E così, per il giudice è insussistente l’accusa mossa all’appaltatore Giuseppe Tassi (Tassi Group), al progettista e direttore dei lavori Lorenzo Travagli e ai subappaltatori Domenico Di Puorto (Gielle Srl) e Adelino Sebastianutti (Pm Group) di frode in pubbliche forniture, che sarebbe consistita nell’aver realizzato male la copertura della tribuna nord e la curva Est, perfino incidendo sulla stabilità della struttura pur di finire presto i lavori vista l’imminenza della nuova stagione calcistica. Mancava, osserva il giudice, il requisito dell’aver agito con espedienti maliziosi e ingannevoli, non indicati nemmeno nel capo d’accusa. Nemmeno l’accordo tra gli imputati per l’inganno è stato provato. E poi, il processo «da un lato non ha confermato la sussistenza di tutte le “anomalie e difformità tecniche”, e dall’altro ne ha evidenziato la non particolare rilevanza ai fini della sicurezza della struttura». Insomma, si è trattato «al più di una esecuzione parzialmente difettosa (...) delle lavorazioni svolte». Cosa che ha condotto anche all’assoluzione dall’accusa di falso per il collaudatore della Curva Est Fabrizio Chiogna in merito alle (presunte) mancate saldature tra alcuni elementi diagonali della struttura. In ogni caso, non aveva nemmeno il dovere di effettuare un controllo di quel tipo. Anche la Procura ne aveva chiesto l’assoluzione.
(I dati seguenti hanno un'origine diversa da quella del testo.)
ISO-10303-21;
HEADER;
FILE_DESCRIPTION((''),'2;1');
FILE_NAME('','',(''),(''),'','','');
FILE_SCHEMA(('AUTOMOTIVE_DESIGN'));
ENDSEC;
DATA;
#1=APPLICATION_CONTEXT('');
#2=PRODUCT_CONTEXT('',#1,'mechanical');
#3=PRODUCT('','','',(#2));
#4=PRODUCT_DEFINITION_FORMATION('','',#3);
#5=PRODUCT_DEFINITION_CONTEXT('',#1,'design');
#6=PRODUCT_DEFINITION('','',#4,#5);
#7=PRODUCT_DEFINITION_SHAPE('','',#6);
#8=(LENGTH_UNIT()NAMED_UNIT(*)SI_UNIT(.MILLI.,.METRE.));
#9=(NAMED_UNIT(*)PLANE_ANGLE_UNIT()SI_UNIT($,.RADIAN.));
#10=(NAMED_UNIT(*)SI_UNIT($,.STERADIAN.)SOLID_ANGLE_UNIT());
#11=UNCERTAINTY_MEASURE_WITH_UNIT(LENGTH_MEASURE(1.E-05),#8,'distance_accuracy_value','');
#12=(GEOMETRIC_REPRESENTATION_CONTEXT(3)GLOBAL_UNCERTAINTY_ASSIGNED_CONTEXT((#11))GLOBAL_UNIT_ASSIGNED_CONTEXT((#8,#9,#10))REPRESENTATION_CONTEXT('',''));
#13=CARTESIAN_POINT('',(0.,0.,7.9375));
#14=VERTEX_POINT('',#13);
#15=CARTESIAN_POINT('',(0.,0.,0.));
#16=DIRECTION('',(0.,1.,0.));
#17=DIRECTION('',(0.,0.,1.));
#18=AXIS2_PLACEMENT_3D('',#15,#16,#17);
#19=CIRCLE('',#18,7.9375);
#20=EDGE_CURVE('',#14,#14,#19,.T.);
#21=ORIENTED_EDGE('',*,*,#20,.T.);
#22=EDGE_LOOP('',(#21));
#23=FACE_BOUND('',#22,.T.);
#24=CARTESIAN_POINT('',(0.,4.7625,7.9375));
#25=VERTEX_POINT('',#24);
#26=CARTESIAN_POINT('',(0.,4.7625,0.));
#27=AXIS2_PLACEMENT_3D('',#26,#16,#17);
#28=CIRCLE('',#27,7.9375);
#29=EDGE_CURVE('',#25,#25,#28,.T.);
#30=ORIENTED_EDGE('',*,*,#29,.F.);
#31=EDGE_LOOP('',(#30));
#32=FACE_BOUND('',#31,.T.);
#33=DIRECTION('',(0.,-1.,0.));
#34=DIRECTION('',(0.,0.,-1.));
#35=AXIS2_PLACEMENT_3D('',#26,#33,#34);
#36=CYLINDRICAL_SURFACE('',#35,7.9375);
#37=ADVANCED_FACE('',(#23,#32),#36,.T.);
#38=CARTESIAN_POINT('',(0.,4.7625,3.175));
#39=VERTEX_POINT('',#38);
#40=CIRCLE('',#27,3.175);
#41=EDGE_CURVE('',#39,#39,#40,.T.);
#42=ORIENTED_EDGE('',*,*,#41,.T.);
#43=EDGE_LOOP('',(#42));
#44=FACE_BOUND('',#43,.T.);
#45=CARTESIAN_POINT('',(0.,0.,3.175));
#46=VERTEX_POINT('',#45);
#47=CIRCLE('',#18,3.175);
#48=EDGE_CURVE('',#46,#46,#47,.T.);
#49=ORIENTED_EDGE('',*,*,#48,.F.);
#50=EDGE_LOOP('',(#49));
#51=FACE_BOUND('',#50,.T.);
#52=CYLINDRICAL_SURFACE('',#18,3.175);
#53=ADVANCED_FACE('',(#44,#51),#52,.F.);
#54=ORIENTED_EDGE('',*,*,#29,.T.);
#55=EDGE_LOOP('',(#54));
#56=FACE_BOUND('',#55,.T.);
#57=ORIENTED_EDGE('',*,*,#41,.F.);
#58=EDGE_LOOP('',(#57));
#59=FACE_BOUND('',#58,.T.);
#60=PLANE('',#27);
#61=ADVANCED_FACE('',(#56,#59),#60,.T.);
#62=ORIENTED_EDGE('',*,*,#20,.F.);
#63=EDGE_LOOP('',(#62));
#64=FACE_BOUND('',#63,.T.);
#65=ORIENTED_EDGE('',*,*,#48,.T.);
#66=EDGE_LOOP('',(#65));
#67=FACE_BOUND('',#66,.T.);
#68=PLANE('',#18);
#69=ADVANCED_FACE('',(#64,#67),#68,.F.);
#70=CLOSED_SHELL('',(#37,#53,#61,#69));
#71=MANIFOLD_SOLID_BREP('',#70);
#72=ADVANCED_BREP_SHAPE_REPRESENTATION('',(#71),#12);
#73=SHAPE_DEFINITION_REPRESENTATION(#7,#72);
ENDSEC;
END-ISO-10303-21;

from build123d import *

# Parameters (mm, degrees)
SKETCH1_R           = 7.9375
BOSS_EXTRUDE1_DEPTH = 4.7625
SKETCH2_R           = 3.175
CUT_EXTRUDE1_DEPTH  = 5.7625


with BuildPart() as part:
    # Sketch1 → Boss-Extrude1 (new body)
    with BuildSketch(Plane(origin=(0, 0, 0), x_dir=(1, 0, 0), z_dir=(0, 1, 0))):
        Circle(SKETCH1_R)
    extrude(amount=BOSS_EXTRUDE1_DEPTH)

    # Sketch2 → Cut-Extrude1 (cut, through all)
    with BuildSketch(Plane(origin=(0, 4.7625, 0), x_dir=(1, 0, 0), z_dir=(0, 1, 0))):
        Circle(SKETCH2_R)
    extrude(amount=-CUT_EXTRUDE1_DEPTH, mode=Mode.SUBTRACT)


solid = part.part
Il giudice sposa la tesi della pm Barbara Cavallo sul fatto che l’appalto fosse da far rientrare nell’ambito pubblicistico, essendo lo stadio di proprietà del Comune e solo affidato alla Spal. Ma ritiene che non vi sia stata nemmeno un meno grave inadempimento nel contratto di pubbliche forniture, perché «è necessario che tale inadempimento sia significativo», mentre al Mazza si è trattato di «vizi costruttivi che sono stati risolti con interventi limitati e localizzati (benché molto onerosi) che non hanno compromesso di utilizzare lo stadio».

Travagli era accusato di falso per due relazioni di fine lavori che sarebbero state rilasciate nonostante fosse consapevole dei vizi della struttura. Per il giudice non c’è alcuna prova di ciò.

«Il giudice ha riconosciuto la bontà sia della progettazione che della realizzazione dei lavori e questo ripaga l’ingegner Travagli di tutti questi anni in cui ha dovuto patire, pur confidando nell’assoluzione. Ha avuto giustizia», commenta il suo legale, l’avvocato Alberto Bova. Per il collega Vincenzo Bellitti, il suo assistito, l’ingegner Chiogna, «ne esce a testa alta. E doveva uscire dal processo fin dall’udienza preliminare».